Summary for Creditors of a Small Business

While the Subchapter V provisions help small businesses emerge quickly and economically, they do remove many protections normally afforded creditors. 

  • In most business cases, a committee is appointed to advocate on behalf of unsecured creditors. In Subchapter V, a committee would be an exception, not the norm.
  • A non-consensual plan can be confirmed by the court upon a finding that the plan does not discriminate, even if every creditor objects to its confirmation. In bankruptcy proceedings not under Subchapter V, a plan must be supported by at least one impaired class.
  • There is no absolute priority rule, so an owner can retain its equity in the debtor without contributing new value so long as all disposable income is paid to creditors over a three to five-year period.

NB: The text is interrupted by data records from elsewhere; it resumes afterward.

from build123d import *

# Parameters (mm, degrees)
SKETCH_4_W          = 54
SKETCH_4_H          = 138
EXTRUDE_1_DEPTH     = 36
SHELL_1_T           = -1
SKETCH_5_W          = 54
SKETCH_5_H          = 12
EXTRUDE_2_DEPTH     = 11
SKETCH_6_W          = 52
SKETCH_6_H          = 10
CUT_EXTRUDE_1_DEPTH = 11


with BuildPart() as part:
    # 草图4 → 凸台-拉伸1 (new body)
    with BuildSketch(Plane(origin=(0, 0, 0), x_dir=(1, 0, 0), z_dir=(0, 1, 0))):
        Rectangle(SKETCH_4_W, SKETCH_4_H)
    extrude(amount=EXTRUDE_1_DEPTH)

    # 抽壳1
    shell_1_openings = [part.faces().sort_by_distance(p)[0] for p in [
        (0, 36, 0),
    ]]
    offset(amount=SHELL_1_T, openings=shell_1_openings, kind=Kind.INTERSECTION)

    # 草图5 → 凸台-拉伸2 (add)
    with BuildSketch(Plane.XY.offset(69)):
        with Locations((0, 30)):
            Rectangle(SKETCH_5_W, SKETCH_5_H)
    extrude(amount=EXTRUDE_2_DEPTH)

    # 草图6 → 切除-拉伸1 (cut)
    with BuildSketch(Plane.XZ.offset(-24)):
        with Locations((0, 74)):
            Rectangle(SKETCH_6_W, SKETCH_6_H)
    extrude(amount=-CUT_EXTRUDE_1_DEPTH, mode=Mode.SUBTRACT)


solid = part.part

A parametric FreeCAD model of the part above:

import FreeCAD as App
import Part
import Sketcher


def faces_at(feature, points):
    """Names of the faces that lie closest to the given points."""
    faces = feature.Shape.Faces
    near = lambda p: min(range(len(faces)), key=lambda i: faces[i].distToShape(Part.Vertex(*p))[0])
    return sorted({f"Face{near(p) + 1}" for p in points})

doc = App.newDocument("Part")
params = doc.addObject("Spreadsheet::Sheet", "Params")
for row, (alias, value) in enumerate([
    ("sketch1_width", "54 mm"),
    ("sketch1_height", "138 mm"),
    ("pad1_length", "36 mm"),
    ("thickness_wall", "1 mm"),
    ("sketch2_width", "54 mm"),
    ("sketch2_height", "12 mm"),
    ("pad2_length", "11 mm"),
    ("sketch3_width", "52 mm"),
    ("sketch3_height", "10 mm"),
    ("pocket1_length", "11 mm"),
], start=1):
    params.set(f"A{row}", alias)
    params.set(f"B{row}", "=" + value)
    params.setAlias(f"B{row}", alias)

body = doc.addObject("PartDesign::Body", "Body")

# Sketch on XZ plane
sketch1 = doc.addObject("Sketcher::SketchObject", "Sketch")
body.addObject(sketch1)
sketch1.AttachmentSupport = (doc.XZ_Plane, [""])
sketch1.MapMode = "FlatFace"
sketch1.addGeometry([
    Part.LineSegment(App.Vector(-27, -69, 0), App.Vector(-27, 69, 0)),
    Part.LineSegment(App.Vector(-27, 69, 0), App.Vector(27, 69, 0)),
    Part.LineSegment(App.Vector(27, 69, 0), App.Vector(27, -69, 0)),
    Part.LineSegment(App.Vector(27, -69, 0), App.Vector(-27, -69, 0)),
], False)
sketch1.addConstraint([
    Sketcher.Constraint("Coincident", 0, 2, 1, 1),
    Sketcher.Constraint("Coincident", 1, 2, 2, 1),
    Sketcher.Constraint("Coincident", 2, 2, 3, 1),
    Sketcher.Constraint("Coincident", 3, 2, 0, 1),
    Sketcher.Constraint("Vertical", 0),
    Sketcher.Constraint("Horizontal", 1),
    Sketcher.Constraint("Vertical", 2),
    Sketcher.Constraint("Horizontal", 3),
    Sketcher.Constraint("Symmetric", 0, 2, 2, 2, -1, 1),
    Sketcher.Constraint("DistanceX", 1, 1, 1, 2, 54.0),
    Sketcher.Constraint("DistanceY", 0, 1, 0, 2, 138.0),
])
sketch1.setExpression("Constraints[9]", "Params.sketch1_width")
sketch1.setExpression("Constraints[10]", "Params.sketch1_height")
pad1 = doc.addObject("PartDesign::Pad", "Pad")
body.addObject(pad1)
pad1.Profile = sketch1
pad1.setExpression("Length", "Params.pad1_length")
pad1.Reversed = True
doc.recompute()

thickness = doc.addObject("PartDesign::Thickness", "Thickness")
body.addObject(thickness)
thickness.Base = (pad1, faces_at(pad1, [(0, 36, 0)]))
thickness.setExpression("Value", "Params.thickness_wall")
thickness.Reversed = True
thickness.Join = "Intersection"

# Sketch on XY plane
sketch2 = doc.addObject("Sketcher::SketchObject", "Sketch001")
body.addObject(sketch2)
sketch2.AttachmentSupport = (doc.XY_Plane, [""])
sketch2.MapMode = "FlatFace"
sketch2.AttachmentOffset = App.Placement(App.Vector(0, 0, 69), App.Rotation())
sketch2.addGeometry([
    Part.LineSegment(App.Vector(-27, 36, 0), App.Vector(-27, 24, 0)),
    Part.LineSegment(App.Vector(-27, 24, 0), App.Vector(27, 24, 0)),
    Part.LineSegment(App.Vector(27, 24, 0), App.Vector(27, 36, 0)),
    Part.LineSegment(App.Vector(27, 36, 0), App.Vector(-27, 36, 0)),
], False)
sketch2.addConstraint([
    Sketcher.Constraint("Coincident", 0, 2, 1, 1),
    Sketcher.Constraint("Coincident", 1, 2, 2, 1),
    Sketcher.Constraint("Coincident", 2, 2, 3, 1),
    Sketcher.Constraint("Coincident", 3, 2, 0, 1),
    Sketcher.Constraint("Vertical", 0),
    Sketcher.Constraint("Horizontal", 1),
    Sketcher.Constraint("Vertical", 2),
    Sketcher.Constraint("Horizontal", 3),
    Sketcher.Constraint("DistanceX", 1, 1, 1, 2, 54.0),
    Sketcher.Constraint("DistanceY", 0, 2, 0, 1, 12.0),
    Sketcher.Constraint("DistanceX", 0, 2, -1, 1, 27.0),
    Sketcher.Constraint("DistanceY", -1, 1, 0, 2, 24.0),
])
sketch2.setExpression("Constraints[8]", "Params.sketch2_width")
sketch2.setExpression("Constraints[9]", "Params.sketch2_height")
pad2 = doc.addObject("PartDesign::Pad", "Pad001")
body.addObject(pad2)
pad2.Profile = sketch2
pad2.setExpression("Length", "Params.pad2_length")

# Sketch on XZ plane
sketch3 = doc.addObject("Sketcher::SketchObject", "Sketch002")
body.addObject(sketch3)
sketch3.AttachmentSupport = (doc.XZ_Plane, [""])
sketch3.MapMode = "FlatFace"
sketch3.AttachmentOffset = App.Placement(App.Vector(0, 0, -24), App.Rotation())
sketch3.addGeometry([
    Part.LineSegment(App.Vector(-26, 79, 0), App.Vector(-26, 69, 0)),
    Part.LineSegment(App.Vector(-26, 69, 0), App.Vector(26, 69, 0)),
    Part.LineSegment(App.Vector(26, 69, 0), App.Vector(26, 79, 0)),
    Part.LineSegment(App.Vector(26, 79, 0), App.Vector(-26, 79, 0)),
], False)
sketch3.addConstraint([
    Sketcher.Constraint("Coincident", 0, 2, 1, 1),
    Sketcher.Constraint("Coincident", 1, 2, 2, 1),
    Sketcher.Constraint("Coincident", 2, 2, 3, 1),
    Sketcher.Constraint("Coincident", 3, 2, 0, 1),
    Sketcher.Constraint("Vertical", 0),
    Sketcher.Constraint("Horizontal", 1),
    Sketcher.Constraint("Vertical", 2),
    Sketcher.Constraint("Horizontal", 3),
    Sketcher.Constraint("DistanceX", 1, 1, 1, 2, 52.0),
    Sketcher.Constraint("DistanceY", 0, 2, 0, 1, 10.0),
    Sketcher.Constraint("DistanceX", 0, 2, -1, 1, 26.0),
    Sketcher.Constraint("DistanceY", -1, 1, 0, 2, 69.0),
])
sketch3.setExpression("Constraints[8]", "Params.sketch3_width")
sketch3.setExpression("Constraints[9]", "Params.sketch3_height")
pocket1 = doc.addObject("PartDesign::Pocket", "Pocket")
body.addObject(pocket1)
pocket1.Profile = sketch3
pocket1.setExpression("Length", "Params.pocket1_length")

doc.recompute()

In light of the new law, creditors should consider the following when dealing with a small business that would qualify as a debtor under Subchapter V:

  • When entering into new loans:
    • Insist on liens upon assets with equity, including a pledge of ownership interests; and
    • Require financial reporting to determine the eligibility of the borrower for relief under Subchapter V.
  • When settling a default prior to bankruptcy and negotiating a settlement agreement:
    • Insist upon entry of a judgment – or, at the very least, an admission of liability – exceeding $2,725,625 (or $7,500,000 until March 2021) in order to disqualify the business from Subchapter V relief;
    • If applicable, obtain admissions of wrongdoing in the settlement agreement, because debts that are non-dischargeable under other chapters of the Bankruptcy Code remain so under Subchapter V; and
    • Focus on anything that may create a lien or property interest, such as a writ of attachment, lis pendens, or judgment lien, as these will increase the chance of a substantial payment.